En concreto, en el PERTE para la salud de vanguardia, el PERTE de digitalización del ciclo del agua, el agroalimentario, el de chips, el de la descarbonización industrial, el de economía circular, el de la lengua y el de la industria naval.

Intervención de Bruselas

Aunque Hacienda ha defendido que este desvío se trataba de remanentes no comprometidos y que su reasignación no afectaba a la ejecución de los fondos europeos, varios consejeros del propio Tribunal discreparon de esta interpretación.
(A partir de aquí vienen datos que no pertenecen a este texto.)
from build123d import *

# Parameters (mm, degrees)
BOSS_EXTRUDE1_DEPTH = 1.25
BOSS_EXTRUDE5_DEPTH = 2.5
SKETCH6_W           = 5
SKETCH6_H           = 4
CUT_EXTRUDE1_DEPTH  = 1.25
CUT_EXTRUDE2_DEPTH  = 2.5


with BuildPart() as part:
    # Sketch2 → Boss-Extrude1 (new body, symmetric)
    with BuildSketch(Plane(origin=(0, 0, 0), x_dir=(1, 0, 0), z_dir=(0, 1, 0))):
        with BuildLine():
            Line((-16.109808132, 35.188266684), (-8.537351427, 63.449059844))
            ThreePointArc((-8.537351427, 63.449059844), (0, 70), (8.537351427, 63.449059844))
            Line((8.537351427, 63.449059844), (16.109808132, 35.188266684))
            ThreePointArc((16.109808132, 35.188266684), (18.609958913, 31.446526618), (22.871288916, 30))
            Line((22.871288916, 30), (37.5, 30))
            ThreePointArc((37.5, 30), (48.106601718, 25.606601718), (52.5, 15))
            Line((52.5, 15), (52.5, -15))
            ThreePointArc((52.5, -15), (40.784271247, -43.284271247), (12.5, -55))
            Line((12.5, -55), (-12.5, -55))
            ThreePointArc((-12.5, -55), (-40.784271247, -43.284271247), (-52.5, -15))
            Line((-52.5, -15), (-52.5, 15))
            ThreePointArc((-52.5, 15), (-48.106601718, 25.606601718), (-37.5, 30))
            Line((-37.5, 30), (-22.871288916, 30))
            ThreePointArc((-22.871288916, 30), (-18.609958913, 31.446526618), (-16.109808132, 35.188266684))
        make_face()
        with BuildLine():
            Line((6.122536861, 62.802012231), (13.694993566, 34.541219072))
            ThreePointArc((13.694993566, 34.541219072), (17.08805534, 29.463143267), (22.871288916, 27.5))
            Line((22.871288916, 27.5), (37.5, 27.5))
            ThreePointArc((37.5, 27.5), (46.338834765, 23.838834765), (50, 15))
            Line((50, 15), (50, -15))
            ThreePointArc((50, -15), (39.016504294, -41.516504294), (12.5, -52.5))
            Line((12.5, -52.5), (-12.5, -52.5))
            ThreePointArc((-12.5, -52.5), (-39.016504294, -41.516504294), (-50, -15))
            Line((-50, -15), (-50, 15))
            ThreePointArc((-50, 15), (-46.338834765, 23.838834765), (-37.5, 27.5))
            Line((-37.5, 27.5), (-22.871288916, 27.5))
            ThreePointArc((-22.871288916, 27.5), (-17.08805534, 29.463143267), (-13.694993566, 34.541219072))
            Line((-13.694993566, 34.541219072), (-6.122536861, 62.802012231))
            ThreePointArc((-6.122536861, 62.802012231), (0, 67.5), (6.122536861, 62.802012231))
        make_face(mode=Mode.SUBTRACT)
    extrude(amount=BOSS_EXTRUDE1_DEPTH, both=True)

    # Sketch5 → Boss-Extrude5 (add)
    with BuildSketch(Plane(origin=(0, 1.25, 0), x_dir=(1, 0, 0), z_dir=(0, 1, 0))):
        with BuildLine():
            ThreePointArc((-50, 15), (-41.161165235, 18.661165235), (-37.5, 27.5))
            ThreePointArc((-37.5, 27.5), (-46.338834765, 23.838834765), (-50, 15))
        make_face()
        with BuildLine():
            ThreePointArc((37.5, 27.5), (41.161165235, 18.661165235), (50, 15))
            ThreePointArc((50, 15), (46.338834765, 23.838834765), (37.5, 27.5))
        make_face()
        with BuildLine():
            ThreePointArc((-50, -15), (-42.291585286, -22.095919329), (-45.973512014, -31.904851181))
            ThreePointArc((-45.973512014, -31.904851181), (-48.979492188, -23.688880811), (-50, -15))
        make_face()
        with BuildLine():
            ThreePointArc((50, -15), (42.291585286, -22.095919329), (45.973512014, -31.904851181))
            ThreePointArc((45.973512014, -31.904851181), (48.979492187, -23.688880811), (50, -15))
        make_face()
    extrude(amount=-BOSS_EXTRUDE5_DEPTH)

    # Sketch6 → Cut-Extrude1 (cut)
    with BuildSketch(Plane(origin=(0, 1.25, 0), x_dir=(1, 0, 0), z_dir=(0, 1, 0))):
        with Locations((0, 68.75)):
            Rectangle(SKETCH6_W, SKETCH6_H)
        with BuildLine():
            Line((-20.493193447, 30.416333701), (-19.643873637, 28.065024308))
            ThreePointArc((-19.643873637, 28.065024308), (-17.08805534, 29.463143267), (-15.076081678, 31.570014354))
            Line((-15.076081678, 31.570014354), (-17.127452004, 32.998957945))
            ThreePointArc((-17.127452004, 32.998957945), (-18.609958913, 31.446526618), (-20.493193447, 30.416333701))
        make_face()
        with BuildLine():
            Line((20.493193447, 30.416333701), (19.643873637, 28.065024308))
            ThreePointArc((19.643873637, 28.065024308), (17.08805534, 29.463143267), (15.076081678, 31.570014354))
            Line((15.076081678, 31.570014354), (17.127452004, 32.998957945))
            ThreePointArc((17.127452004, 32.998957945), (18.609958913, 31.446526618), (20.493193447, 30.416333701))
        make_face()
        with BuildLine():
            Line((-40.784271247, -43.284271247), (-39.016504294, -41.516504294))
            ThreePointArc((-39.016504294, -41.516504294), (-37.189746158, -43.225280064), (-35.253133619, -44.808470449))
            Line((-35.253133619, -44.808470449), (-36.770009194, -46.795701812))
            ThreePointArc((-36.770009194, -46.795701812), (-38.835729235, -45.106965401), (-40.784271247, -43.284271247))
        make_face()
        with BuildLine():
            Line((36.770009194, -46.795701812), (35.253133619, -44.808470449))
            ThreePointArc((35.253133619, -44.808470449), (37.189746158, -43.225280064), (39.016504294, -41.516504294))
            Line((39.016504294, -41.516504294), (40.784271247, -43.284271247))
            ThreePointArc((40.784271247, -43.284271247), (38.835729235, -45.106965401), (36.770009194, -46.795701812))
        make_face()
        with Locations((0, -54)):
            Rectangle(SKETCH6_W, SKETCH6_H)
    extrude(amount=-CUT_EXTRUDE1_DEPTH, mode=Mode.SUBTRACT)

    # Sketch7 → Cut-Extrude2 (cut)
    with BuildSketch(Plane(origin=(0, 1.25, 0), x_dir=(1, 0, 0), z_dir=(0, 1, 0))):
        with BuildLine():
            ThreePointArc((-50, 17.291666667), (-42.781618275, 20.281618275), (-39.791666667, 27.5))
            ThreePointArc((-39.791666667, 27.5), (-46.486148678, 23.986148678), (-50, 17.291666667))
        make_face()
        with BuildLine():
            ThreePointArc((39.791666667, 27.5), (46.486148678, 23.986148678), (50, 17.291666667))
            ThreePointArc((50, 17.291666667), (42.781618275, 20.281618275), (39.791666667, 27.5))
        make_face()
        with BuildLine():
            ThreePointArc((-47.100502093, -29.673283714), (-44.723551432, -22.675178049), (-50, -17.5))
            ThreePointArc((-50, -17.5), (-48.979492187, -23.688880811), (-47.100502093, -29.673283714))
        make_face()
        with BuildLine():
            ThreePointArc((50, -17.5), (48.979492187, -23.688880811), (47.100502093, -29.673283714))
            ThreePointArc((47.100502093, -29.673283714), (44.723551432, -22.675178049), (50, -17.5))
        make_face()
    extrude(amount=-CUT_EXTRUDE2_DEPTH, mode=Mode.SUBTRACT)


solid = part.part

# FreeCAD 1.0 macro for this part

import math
import FreeCAD as App
import Part
import Sketcher
Q = App.Units.Quantity


def add_polygon(sketch, points):
    """Adds a closed chain of lines whose ends are joined by coincident constraints."""
    first, n = sketch.GeometryCount, len(points)
    for a, b in zip(points, points[1:] + points[:1]):
        sketch.addGeometry(Part.LineSegment(App.Vector(*a, 0), App.Vector(*b, 0)), False)
    for i in range(n):
        sketch.addConstraint(Sketcher.Constraint("Coincident", first + i, 2, first + (i + 1) % n, 1))

doc = App.newDocument("Part")
body = doc.addObject("PartDesign::Body", "Body")

sketch1 = doc.addObject("Sketcher::SketchObject", "Sketch")
body.addObject(sketch1)
sketch1.AttachmentSupport = (doc.XZ_Plane, [""])
sketch1.MapMode = "FlatFace"
sketch1.addGeometry([
    Part.LineSegment(App.Vector(-9, -63, 0), App.Vector(-16, -35, 0)),
    Part.ArcOfCircle(Part.Circle(App.Vector(-23, -37, 0), App.Vector(0, 0, 1), 7), math.radians(15), math.radians(90)),
    Part.LineSegment(App.Vector(-23, -30, 0), App.Vector(-38, -30, 0)),
    Part.ArcOfCircle(Part.Circle(App.Vector(-38, -15, 0), App.Vector(0, 0, 1), 15), math.radians(180), math.radians(270)),
    Part.LineSegment(App.Vector(-52, -15, 0), App.Vector(-52, 15, 0)),
    Part.ArcOfCircle(Part.Circle(App.Vector(-12, 15, 0), App.Vector(0, 0, 1), 40), math.radians(90), math.radians(180)),
    Part.LineSegment(App.Vector(-12, 55, 0), App.Vector(12, 55, 0)),
    Part.ArcOfCircle(Part.Circle(App.Vector(12, 15, 0), App.Vector(0, 0, 1), 40), math.radians(0), math.radians(90)),
    Part.LineSegment(App.Vector(52, 15, 0), App.Vector(52, -15, 0)),
    Part.ArcOfCircle(Part.Circle(App.Vector(38, -15, 0), App.Vector(0, 0, 1), 15), math.radians(-90), math.radians(0)),
    Part.LineSegment(App.Vector(38, -30, 0), App.Vector(23, -30, 0)),
    Part.ArcOfCircle(Part.Circle(App.Vector(23, -37, 0), App.Vector(0, 0, 1), 7), math.radians(90), math.radians(165)),
    Part.LineSegment(App.Vector(16, -35, 0), App.Vector(9, -63, 0)),
    Part.ArcOfCircle(Part.Circle(App.Vector(0, -61, 0), App.Vector(0, 0, 1), 9), math.radians(-165), math.radians(-15)),
    Part.LineSegment(App.Vector(6, -63, 0), App.Vector(14, -35, 0)),
    Part.ArcOfCircle(Part.Circle(App.Vector(23, -37, 0), App.Vector(0, 0, 1), 9), math.radians(90), math.radians(165)),
    Part.LineSegment(App.Vector(23, -28, 0), App.Vector(38, -28, 0)),
    Part.ArcOfCircle(Part.Circle(App.Vector(38, -15, 0), App.Vector(0, 0, 1), 12), math.radians(-90), math.radians(0)),
    Part.LineSegment(App.Vector(50, -15, 0), App.Vector(50, 15, 0)),
    Part.ArcOfCircle(Part.Circle(App.Vector(12, 15, 0), App.Vector(0, 0, 1), 38), math.radians(0), math.radians(90)),
    Part.LineSegment(App.Vector(12, 52, 0), App.Vector(-12, 52, 0)),
    Part.ArcOfCircle(Part.Circle(App.Vector(-12, 15, 0), App.Vector(0, 0, 1), 38), math.radians(90), math.radians(180)),
    Part.LineSegment(App.Vector(-50, 15, 0), App.Vector(-50, -15, 0)),
    Part.ArcOfCircle(Part.Circle(App.Vector(-38, -15, 0), App.Vector(0, 0, 1), 12), math.radians(180), math.radians(270)),
    Part.LineSegment(App.Vector(-38, -28, 0), App.Vector(-23, -28, 0)),
    Part.ArcOfCircle(Part.Circle(App.Vector(-23, -37, 0), App.Vector(0, 0, 1), 9), math.radians(15), math.radians(90)),
    Part.LineSegment(App.Vector(-14, -35, 0), App.Vector(-6, -63, 0)),
    Part.ArcOfCircle(Part.Circle(App.Vector(0, -61, 0), App.Vector(0, 0, 1), 6), math.radians(-165), math.radians(-15)),
], False)
sketch1.addConstraint([
    Sketcher.Constraint("Tangent", 0, 2, 1, 1),
    Sketcher.Constraint("Tangent", 1, 2, 2, 1),
    Sketcher.Constraint("Tangent", 2, 2, 3, 2),
    Sketcher.Constraint("Tangent", 3, 1, 4, 1),
    Sketcher.Constraint("Tangent", 4, 2, 5, 2),
    Sketcher.Constraint("Tangent", 5, 1, 6, 1),
    Sketcher.Constraint("Tangent", 6, 2, 7, 2),
    Sketcher.Constraint("Tangent", 7, 1, 8, 1),
    Sketcher.Constraint("Tangent", 8, 2, 9, 2),
    Sketcher.Constraint("Tangent", 9, 1, 10, 1),
    Sketcher.Constraint("Tangent", 10, 2, 11, 1),
    Sketcher.Constraint("Tangent", 11, 2, 12, 1),
    Sketcher.Constraint("Tangent", 12, 2, 13, 2),
    Sketcher.Constraint("Tangent", 13, 1, 0, 1),
    Sketcher.Constraint("Tangent", 14, 2, 15, 2),
    Sketcher.Constraint("Tangent", 15, 1, 16, 1),
    Sketcher.Constraint("Tangent", 16, 2, 17, 1),
    Sketcher.Constraint("Tangent", 17, 2, 18, 1),
    Sketcher.Constraint("Tangent", 18, 2, 19, 1),
    Sketcher.Constraint("Tangent", 19, 2, 20, 1),
    Sketcher.Constraint("Tangent", 20, 2, 21, 1),
    Sketcher.Constraint("Tangent", 21, 2, 22, 1),
    Sketcher.Constraint("Tangent", 22, 2, 23, 1),
    Sketcher.Constraint("Tangent", 23, 2, 24, 1),
    Sketcher.Constraint("Tangent", 24, 2, 25, 2),
    Sketcher.Constraint("Tangent", 25, 1, 26, 1),
    Sketcher.Constraint("Tangent", 26, 2, 27, 1),
    Sketcher.Constraint("Tangent", 27, 2, 14, 1),
    Sketcher.Constraint("Horizontal", 2),
    Sketcher.Constraint("Vertical", 4),
    Sketcher.Constraint("Horizontal", 6),
    Sketcher.Constraint("Vertical", 8),
    Sketcher.Constraint("Horizontal", 10),
    Sketcher.Constraint("Horizontal", 16),
    Sketcher.Constraint("Vertical", 18),
    Sketcher.Constraint("Horizontal", 20),
    Sketcher.Constraint("Vertical", 22),
    Sketcher.Constraint("Horizontal", 24),
    Sketcher.Constraint("Coincident", 15, 3, 11, 3),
De hecho, la Comisión Europea confirmó este martes que revisaría la información proporcionada por el Tribunal de Cuentas español y que estaban "en contacto con las autoridades españolas" para analizar la operación.

Pese a la advertencia, desde Bruselas matizan que los desembolsos del MRR se realizan en función del cumplimiento de hitos y objetivos incluidos en los planes nacionales de recuperación y que el importe de cada pago no está directamente vinculado a los costes reales asumidos por los Estados miembros. Por ello, el Ejecutivo comunitario apunta a que es "totalmente posible" que un país tenga que adelantar financiación para determinadas inversiones antes de recibir nuevos desembolsos europeos y añade que también puede utilizar la liquidez procedente de estos pagos para cubrir otros gastos.
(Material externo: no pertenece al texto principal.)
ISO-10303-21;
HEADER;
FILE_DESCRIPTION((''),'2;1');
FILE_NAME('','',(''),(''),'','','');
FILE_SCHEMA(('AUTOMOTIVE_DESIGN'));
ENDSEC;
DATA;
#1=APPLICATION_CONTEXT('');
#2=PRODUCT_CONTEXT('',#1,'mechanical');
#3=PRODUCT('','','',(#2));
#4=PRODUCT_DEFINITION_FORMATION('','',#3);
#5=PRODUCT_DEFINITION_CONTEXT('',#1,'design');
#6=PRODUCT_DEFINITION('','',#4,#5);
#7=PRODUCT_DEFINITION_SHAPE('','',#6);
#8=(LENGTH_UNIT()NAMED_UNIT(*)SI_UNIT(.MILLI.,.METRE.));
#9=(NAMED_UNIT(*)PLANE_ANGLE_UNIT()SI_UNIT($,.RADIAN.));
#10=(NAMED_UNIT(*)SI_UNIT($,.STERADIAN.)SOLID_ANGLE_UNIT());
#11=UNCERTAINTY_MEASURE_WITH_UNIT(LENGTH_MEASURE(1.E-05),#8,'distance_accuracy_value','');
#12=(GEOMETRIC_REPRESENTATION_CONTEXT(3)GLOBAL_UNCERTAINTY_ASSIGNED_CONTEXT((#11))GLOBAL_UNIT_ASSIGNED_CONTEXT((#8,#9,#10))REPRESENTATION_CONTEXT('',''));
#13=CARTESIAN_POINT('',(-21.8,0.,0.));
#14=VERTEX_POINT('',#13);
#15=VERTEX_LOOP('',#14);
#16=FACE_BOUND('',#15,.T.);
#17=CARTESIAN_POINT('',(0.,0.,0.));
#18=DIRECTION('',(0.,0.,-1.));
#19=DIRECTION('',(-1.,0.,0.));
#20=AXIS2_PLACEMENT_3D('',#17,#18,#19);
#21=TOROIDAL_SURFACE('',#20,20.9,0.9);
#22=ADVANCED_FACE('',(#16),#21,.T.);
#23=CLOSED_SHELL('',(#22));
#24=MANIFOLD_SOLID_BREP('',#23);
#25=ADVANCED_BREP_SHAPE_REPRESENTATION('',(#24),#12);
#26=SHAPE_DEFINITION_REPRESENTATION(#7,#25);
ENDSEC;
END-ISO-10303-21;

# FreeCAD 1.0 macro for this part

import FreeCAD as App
import Part
import Sketcher
from FreeCAD import Vector

doc = App.newDocument("Part")
body = doc.addObject("PartDesign::Body", "Body")

sketch1 = body.newObject("Sketcher::SketchObject", "Sketch")
sketch1.AttachmentSupport = (doc.getObject("XZ_Plane"), [""])
sketch1.MapMode = "FlatFace"
sketch1.addGeometry(Part.Circle(Vector(-20.9, 0, 0), Vector(0, 0, 1), 0.9), False)
sketch1.addConstraint([
    Sketcher.Constraint("PointOnObject", 0, 3, -1),
    Sketcher.Constraint("Diameter", 0, 1.8),
    Sketcher.Constraint("DistanceX", 0, 3, -1, 1, 20.9),
])

sketch2 = body.newObject("Sketcher::SketchObject", "Sketch001")
sketch2.AttachmentSupport = (doc.getObject("XY_Plane"), [""])
sketch2.MapMode = "FlatFace"
sketch2.addGeometry(Part.Circle(Vector(0, 0, 0), Vector(0, 0, 1), 20), False)
sketch2.addConstraint([
    Sketcher.Constraint("Coincident", 0, 3, -1, 1),
    Sketcher.Constraint("Diameter", 0, 40.0),
])
doc.recompute()

additivepipe = body.newObject("PartDesign::AdditivePipe", "AdditivePipe")
additivepipe.Profile = sketch1
additivepipe.Spine = (sketch2, ["Edge1"])

doc.recompute()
Tribunal de Cuentas de la Unión Europea

No obstante, los fondos europeos no solo están en el punto de mira del Tribunal de Cuentas español, sino también en el de la Unión Europea. Este miércoles, el Tribunal de Cuentas europeo ha emitido un informe sobre la transparencia y trazabilidad del Mecanismo de Recuperación y Resiliencia (MRR) y ha detectado "deficiencias" en la información que publica España sobre los mayores beneficiarios de los fondos europeos de recuperación.

En concreto, el organismo fiscalizador señala que España publica en la lista de los cien mayores perceptores finales "las cantidades asignadas" a cada beneficiario "en lugar de las cantidades recibidas", pese a que el reglamento del fondo establece que deben comunicarse los importes efectivamente percibidos.
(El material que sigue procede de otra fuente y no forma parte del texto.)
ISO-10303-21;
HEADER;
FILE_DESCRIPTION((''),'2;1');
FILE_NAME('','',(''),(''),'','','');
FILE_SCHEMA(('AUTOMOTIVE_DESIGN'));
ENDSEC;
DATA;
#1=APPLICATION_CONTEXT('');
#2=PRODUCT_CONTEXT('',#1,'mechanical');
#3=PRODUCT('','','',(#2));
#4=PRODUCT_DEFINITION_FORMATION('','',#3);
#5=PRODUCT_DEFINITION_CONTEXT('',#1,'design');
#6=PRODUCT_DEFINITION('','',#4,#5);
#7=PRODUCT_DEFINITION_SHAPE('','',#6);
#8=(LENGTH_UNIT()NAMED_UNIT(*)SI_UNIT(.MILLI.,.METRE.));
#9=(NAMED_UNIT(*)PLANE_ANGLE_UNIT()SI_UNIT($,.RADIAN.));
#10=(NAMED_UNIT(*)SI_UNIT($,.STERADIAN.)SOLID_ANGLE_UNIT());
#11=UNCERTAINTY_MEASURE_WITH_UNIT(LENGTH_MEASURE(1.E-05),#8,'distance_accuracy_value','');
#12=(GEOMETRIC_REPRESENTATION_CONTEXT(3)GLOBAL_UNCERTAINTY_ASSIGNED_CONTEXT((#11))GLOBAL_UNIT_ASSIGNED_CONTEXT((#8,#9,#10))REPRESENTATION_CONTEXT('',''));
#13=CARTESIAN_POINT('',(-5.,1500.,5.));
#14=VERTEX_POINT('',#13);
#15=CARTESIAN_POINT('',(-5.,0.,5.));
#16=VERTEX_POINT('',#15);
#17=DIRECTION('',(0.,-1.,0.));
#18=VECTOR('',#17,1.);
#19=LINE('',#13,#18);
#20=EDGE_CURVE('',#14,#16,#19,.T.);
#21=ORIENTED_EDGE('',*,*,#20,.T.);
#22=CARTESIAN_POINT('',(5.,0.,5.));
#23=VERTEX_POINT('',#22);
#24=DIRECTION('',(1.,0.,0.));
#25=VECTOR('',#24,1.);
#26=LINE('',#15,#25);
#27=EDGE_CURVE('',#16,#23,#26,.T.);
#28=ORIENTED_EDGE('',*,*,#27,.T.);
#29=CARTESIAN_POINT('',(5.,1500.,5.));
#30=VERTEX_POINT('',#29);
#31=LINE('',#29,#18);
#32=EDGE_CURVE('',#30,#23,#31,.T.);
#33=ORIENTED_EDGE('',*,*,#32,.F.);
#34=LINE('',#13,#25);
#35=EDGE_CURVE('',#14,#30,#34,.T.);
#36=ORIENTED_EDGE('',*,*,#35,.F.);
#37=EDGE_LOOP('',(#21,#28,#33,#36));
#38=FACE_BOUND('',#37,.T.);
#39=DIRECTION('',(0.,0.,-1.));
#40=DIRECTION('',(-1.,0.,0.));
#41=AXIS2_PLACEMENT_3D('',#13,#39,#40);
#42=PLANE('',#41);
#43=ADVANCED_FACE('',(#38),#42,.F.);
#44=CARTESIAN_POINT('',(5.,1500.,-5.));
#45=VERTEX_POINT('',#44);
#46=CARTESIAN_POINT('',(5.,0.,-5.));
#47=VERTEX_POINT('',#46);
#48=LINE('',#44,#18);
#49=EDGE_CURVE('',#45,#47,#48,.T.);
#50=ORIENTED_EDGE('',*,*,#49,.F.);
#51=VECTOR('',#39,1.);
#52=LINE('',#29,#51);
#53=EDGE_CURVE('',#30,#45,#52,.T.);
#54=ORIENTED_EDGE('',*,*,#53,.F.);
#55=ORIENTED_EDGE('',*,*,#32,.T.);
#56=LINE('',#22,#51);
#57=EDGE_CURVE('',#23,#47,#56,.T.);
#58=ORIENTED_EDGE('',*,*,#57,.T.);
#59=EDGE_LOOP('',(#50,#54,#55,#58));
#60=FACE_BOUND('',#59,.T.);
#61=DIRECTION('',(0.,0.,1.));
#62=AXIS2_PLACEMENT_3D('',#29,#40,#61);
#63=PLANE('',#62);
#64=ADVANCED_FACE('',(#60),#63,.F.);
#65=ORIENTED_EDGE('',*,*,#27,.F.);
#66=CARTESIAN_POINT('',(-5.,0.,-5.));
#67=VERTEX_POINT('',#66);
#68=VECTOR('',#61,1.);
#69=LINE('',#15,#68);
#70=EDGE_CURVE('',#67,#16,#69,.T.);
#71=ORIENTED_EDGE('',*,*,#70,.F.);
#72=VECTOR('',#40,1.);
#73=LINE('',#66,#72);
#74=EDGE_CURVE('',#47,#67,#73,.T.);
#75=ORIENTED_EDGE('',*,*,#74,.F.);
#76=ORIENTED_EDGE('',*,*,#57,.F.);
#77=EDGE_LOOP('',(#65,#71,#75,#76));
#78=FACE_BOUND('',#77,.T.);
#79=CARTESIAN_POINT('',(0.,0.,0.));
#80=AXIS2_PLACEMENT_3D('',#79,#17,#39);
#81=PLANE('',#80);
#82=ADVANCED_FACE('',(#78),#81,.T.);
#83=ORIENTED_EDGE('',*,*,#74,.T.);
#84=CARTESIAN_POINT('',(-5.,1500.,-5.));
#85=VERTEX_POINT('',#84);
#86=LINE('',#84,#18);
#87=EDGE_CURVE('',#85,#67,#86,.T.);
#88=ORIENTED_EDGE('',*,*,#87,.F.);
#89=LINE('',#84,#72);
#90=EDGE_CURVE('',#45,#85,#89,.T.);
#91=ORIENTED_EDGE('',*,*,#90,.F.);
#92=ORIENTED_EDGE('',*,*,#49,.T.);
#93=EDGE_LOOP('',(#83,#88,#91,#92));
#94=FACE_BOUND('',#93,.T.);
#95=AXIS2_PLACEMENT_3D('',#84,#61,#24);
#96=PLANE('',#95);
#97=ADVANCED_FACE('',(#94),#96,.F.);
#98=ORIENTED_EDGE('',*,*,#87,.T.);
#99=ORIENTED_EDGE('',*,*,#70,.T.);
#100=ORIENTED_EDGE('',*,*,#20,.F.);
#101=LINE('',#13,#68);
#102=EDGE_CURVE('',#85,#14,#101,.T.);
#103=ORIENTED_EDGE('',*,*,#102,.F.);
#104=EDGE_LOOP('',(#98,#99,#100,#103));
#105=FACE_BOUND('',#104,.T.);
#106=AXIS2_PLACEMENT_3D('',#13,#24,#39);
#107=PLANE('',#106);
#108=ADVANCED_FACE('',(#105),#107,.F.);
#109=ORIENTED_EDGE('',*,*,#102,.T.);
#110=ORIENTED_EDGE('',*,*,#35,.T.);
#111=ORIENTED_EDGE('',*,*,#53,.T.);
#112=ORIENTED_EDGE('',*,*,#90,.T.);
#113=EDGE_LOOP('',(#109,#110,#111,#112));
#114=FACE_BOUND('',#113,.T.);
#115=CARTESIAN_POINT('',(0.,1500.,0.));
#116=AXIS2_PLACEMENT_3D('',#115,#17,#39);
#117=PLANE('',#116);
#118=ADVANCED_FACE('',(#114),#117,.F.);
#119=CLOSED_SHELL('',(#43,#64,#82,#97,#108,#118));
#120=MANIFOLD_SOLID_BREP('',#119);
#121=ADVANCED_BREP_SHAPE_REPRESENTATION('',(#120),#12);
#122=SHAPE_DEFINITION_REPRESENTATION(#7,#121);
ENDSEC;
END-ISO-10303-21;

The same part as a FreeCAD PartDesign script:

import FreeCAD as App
import Part
import Sketcher

V = App.Vector


def add_polygon(sketch, points):
    """Adds a closed chain of lines whose ends are joined by coincident constraints."""
    first, n = sketch.GeometryCount, len(points)
    for a, b in zip(points, points[1:] + points[:1]):
        sketch.addGeometry(Part.LineSegment(App.Vector(*a, 0), App.Vector(*b, 0)), False)
    for i in range(n):
        sketch.addConstraint(Sketcher.Constraint("Coincident", first + i, 2, first + (i + 1) % n, 1))

doc = App.newDocument("Part")
body = doc.addObject("PartDesign::Body", "Body")

# Sketch on XZ plane
sketch1 = body.newObject("Sketcher::SketchObject", "Sketch")
sketch1.AttachmentSupport = (doc.getObject("XZ_Plane"), [""])
sketch1.MapMode = "FlatFace"
add_polygon(sketch1, [(-5, -5), (-5, 5), (5, 5), (5, -5)])  # lines 0-3
sketch1.addConstraint([
    Sketcher.Constraint("Vertical", 0),
    Sketcher.Constraint("Horizontal", 1),
    Sketcher.Constraint("Vertical", 2),
    Sketcher.Constraint("Horizontal", 3),
    Sketcher.Constraint("Symmetric", 0, 2, 2, 2, -1, 1),
    Sketcher.Constraint("Equal", 3, 0),
    Sketcher.Constraint("DistanceX", 1, 1, 1, 2, 10.0),
])
pad1 = body.newObject("PartDesign::Pad", "Pad")
pad1.Profile = sketch1
pad1.Length = 1500
pad1.Reversed = True

doc.recompute()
Es decir, el Gobierno español indica los recursos que ha movilizado o asignado —el dinero que ya ha convocado, adjudicado o comprometido para proyectos concretos—, pero no necesariamente el importe que los beneficiarios han recibido efectivamente en sus cuentas. Ante ello, el Tribunal de Cuentas europeo subraya la importancia de diferenciar estos dos conceptos, porque una cosa es anunciar fondos comprometidos y otra distinta es que ese dinero haya sido finalmente desembolsado y ejecutado.

Pese a las críticas, desde el organismo europeo añaden que las autoridades españolas trabajan en una actualización de esta información para ampliar la cobertura al conjunto del plan de recuperación.